Change the theme for this Access Gateway so that it is differentiated when testing from the second Access Gateway that will be created on the second VPX.
Connect to the public IP of the second NetScaler and configure the same as before except that the IP of the Access Gateway would be the private IP of the second NetScaler.
Again the dedicated public IPs created for both NS VPX will come to some benefit here. We can now test both Access Gateways by using the public IP of each NS and port 15000.
Great. Now lets create the Azure Load balancer which will allow us to achieve two very important requirements. Actively load balance both Access Gateways & Access through port 443.
Create new Azure Load Balancer:
Create new public IP and make sure to assign as static. Resource Group is the same that was used earlier.
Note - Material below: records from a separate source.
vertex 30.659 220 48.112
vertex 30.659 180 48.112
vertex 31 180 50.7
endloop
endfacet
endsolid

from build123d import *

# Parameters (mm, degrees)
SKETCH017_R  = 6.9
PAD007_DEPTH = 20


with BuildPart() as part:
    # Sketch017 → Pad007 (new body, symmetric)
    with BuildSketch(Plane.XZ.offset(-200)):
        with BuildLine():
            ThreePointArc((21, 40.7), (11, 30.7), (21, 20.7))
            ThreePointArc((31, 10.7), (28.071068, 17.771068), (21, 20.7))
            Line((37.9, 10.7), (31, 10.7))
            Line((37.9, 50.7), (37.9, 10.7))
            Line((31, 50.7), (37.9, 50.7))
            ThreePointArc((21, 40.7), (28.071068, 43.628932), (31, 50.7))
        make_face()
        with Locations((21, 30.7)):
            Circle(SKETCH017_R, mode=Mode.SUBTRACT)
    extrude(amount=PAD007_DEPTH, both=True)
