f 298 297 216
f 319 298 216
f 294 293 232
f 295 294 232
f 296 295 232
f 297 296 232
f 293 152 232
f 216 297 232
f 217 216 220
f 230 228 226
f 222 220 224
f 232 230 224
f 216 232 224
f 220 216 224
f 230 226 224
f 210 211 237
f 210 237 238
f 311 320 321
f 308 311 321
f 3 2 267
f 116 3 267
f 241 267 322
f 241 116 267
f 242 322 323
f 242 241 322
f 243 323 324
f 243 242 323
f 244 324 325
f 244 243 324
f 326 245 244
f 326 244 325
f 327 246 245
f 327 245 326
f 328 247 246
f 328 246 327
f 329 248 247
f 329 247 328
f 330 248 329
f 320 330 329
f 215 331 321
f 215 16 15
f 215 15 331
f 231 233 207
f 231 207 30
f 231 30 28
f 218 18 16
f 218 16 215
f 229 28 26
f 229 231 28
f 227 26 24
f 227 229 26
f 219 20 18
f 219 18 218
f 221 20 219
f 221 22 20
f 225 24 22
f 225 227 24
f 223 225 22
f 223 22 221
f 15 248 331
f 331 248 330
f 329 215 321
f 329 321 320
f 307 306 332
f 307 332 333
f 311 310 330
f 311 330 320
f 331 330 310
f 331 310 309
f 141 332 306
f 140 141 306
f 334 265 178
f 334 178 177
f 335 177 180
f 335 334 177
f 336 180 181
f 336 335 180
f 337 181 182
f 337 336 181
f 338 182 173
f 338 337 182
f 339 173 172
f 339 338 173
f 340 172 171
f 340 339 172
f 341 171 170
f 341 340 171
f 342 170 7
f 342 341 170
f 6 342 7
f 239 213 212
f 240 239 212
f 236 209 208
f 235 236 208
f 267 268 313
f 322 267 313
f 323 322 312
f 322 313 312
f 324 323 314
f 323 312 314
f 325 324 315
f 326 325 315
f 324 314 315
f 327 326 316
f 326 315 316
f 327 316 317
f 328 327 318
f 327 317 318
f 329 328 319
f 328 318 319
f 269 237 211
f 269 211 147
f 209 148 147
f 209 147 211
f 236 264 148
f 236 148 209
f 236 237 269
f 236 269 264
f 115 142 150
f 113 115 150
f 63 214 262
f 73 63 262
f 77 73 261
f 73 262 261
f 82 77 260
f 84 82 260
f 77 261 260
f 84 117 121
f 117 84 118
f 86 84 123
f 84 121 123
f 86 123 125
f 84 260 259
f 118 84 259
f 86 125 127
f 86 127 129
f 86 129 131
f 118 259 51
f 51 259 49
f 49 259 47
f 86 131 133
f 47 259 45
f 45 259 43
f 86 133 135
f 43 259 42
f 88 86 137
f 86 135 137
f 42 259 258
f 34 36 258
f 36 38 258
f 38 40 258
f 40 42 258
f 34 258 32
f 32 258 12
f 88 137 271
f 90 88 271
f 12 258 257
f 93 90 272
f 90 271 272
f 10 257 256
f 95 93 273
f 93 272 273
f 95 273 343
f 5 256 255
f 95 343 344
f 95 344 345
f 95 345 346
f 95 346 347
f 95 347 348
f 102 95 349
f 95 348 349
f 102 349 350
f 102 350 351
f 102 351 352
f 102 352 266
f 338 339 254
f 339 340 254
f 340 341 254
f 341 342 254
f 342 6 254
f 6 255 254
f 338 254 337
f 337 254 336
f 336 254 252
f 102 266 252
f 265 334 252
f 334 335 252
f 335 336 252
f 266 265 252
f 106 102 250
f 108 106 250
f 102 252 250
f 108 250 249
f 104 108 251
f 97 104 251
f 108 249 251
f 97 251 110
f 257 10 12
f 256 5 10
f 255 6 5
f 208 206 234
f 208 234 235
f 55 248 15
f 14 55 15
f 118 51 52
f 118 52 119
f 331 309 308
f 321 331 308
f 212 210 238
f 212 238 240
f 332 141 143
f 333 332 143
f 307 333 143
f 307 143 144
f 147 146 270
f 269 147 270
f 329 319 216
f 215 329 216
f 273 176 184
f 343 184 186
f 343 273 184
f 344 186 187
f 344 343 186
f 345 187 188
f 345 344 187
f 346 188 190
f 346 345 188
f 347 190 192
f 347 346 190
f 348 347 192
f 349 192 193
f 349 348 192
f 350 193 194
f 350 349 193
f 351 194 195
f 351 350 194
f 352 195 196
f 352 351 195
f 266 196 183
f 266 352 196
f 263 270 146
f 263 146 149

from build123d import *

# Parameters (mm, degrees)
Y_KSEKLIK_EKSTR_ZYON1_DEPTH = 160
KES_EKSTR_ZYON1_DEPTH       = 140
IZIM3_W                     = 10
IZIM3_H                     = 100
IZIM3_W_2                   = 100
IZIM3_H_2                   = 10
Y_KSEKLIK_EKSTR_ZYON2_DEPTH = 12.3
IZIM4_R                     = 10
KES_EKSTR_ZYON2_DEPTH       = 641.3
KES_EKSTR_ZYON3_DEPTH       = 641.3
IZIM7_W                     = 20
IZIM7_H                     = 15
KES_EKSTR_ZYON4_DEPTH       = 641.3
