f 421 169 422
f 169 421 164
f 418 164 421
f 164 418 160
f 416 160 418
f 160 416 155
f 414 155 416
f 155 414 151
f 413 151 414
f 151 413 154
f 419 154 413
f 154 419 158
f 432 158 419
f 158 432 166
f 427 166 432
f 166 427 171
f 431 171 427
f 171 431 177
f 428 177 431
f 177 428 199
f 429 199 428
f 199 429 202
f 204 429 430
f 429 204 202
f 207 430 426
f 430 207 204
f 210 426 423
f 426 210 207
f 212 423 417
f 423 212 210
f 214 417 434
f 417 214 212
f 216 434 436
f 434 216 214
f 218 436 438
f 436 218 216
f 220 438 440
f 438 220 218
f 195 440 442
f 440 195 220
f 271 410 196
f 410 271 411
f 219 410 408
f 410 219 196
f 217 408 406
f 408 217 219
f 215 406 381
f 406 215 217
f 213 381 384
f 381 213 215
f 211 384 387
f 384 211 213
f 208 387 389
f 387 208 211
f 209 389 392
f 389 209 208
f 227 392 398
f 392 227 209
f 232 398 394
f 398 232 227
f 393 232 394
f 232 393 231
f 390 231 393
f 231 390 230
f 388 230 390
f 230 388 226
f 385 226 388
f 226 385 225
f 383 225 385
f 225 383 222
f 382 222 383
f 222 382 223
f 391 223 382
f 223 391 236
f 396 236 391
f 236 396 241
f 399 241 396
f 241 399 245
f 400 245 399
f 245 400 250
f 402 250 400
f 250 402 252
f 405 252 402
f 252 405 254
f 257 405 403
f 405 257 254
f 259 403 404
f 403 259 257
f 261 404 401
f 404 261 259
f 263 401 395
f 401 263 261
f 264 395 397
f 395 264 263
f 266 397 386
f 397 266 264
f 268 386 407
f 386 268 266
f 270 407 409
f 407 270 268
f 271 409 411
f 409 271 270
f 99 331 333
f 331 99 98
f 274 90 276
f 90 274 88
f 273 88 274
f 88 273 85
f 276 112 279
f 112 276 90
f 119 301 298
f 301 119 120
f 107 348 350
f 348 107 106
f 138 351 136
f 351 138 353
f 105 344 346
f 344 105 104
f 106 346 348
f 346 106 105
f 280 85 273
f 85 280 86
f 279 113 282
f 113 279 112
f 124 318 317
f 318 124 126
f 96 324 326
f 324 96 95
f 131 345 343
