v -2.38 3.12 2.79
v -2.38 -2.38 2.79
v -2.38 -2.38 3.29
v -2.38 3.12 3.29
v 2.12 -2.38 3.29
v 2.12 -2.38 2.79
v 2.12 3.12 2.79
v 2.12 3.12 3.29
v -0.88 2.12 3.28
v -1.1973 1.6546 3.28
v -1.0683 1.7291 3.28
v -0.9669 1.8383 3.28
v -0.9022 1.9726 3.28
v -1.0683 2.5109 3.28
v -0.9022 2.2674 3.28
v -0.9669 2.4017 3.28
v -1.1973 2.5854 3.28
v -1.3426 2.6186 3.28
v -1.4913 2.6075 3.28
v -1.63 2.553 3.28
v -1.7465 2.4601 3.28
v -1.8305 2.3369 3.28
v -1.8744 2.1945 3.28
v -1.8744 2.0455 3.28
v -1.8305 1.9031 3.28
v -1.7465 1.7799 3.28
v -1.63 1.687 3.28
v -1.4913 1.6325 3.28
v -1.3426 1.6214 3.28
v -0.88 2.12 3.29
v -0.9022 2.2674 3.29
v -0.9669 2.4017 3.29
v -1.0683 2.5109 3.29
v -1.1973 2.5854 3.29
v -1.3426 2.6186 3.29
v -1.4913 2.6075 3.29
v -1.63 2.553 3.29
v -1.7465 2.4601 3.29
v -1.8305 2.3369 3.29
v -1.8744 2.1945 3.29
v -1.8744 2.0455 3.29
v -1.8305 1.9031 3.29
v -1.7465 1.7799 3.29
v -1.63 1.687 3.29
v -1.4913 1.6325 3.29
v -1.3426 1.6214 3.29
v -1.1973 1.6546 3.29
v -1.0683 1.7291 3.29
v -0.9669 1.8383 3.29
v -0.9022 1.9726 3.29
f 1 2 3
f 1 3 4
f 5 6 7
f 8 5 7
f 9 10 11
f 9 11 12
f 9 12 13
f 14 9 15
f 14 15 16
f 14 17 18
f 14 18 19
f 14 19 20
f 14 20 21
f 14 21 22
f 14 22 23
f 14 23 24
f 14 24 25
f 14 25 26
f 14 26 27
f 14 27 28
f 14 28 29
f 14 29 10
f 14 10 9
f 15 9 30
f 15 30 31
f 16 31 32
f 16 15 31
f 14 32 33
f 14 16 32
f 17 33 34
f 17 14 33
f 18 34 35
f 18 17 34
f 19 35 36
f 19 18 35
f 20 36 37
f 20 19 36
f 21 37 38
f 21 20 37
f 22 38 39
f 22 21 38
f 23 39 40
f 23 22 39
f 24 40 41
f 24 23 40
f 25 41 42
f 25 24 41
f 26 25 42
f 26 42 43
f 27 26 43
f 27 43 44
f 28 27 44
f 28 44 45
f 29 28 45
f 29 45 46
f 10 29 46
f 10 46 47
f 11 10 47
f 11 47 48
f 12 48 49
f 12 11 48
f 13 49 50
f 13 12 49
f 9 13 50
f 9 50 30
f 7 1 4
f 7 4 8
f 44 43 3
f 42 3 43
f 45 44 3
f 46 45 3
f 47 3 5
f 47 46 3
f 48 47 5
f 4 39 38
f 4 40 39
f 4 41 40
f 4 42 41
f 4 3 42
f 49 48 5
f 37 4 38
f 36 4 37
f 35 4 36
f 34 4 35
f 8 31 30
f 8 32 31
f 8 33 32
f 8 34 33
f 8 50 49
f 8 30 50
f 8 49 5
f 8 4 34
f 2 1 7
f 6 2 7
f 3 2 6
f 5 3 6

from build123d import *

# Parameters (mm, degrees)
CYLINDER020_R     = 0.5
CYLINDER020_DEPTH = 0.01
BOX059_W          = 4.5
BOX059_H          = 5.5
BOX059_DEPTH      = 0.5


with BuildPart() as cylinder020:
    # Cylinder020 → Cylinder020 (new body)
    with BuildSketch(Plane(origin=(1, 4.5, 0.49), x_dir=(1, 0, 0), z_dir=(0, 0, 1))):
        Circle(CYLINDER020_R)
    extrude(amount=CYLINDER020_DEPTH)


with BuildPart() as small_linbo3_plate017:
    # Box059 → Box059 (new body)
    with BuildSketch(Plane.XY):
        with Locations((2.25, 2.75)):
            Rectangle(BOX059_W, BOX059_H)
    extrude(amount=BOX059_DEPTH)

    # Cut010: cut Cylinder020
    add(cylinder020.part, mode=Mode.SUBTRACT)


with BuildPart() as small_linbo3_plate017_1:
    # Cut010 placement: moved
    add(small_linbo3_plate017.part.moved(Location((-2.38, -2.38, 2.79))))


solid = small_linbo3_plate017_1.part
After the deployment of the load balancer is complete, navigate to the created load balancer and go to Frontend IP Pool. This should be configured automatically since we chose to create the IP using the LB wizard never the less if you have a new IP created earlier then click on Add and choose it.
Navigate to BackEnd pools, and click on Add. Make sure the Availability set selected is the one created earlier for NetScaler and choose both NetScaler virtual machines.
Navigate to Health probes and create a probe on port 9000 (This port is an internal port used by NetScaler and is recommended from Citrix to be used as probe target for Azure LB).
Navigate to Load Balancing Rules, click on ADD, and fill a depicted below.
Load balancing is done and now Access Gateway on both NetScalers should be accessible from the public IP which I have created a DNS record of ag.diyarunited.com for testing purposes. One more thing is to add two NAT rules for mgmt. NetScaler-1 and NetScaler-2 after which the public IPs created for them can be deleted safely. I will choose mgmt. port of 16000 for NetScaler-1 and 18000 for NetScaler-2.
NetScaler-1 Management: https://ag.diyarunited.com:16000
NetScaler-1 Management: https://ag.diyarunited.com:18000
Active-Active Access Gateway ( Because of Client IP persistence, the test should be done from different connections): https://ag.diyarunited.com (pointing to Azure LB PIP).
NetScaler-1 & NetScaler-2 Management (note the ports):
That’s it, Active-Active NetScaler Load Balancing on Azure Resource Manager, would love to hear your comments and suggestions.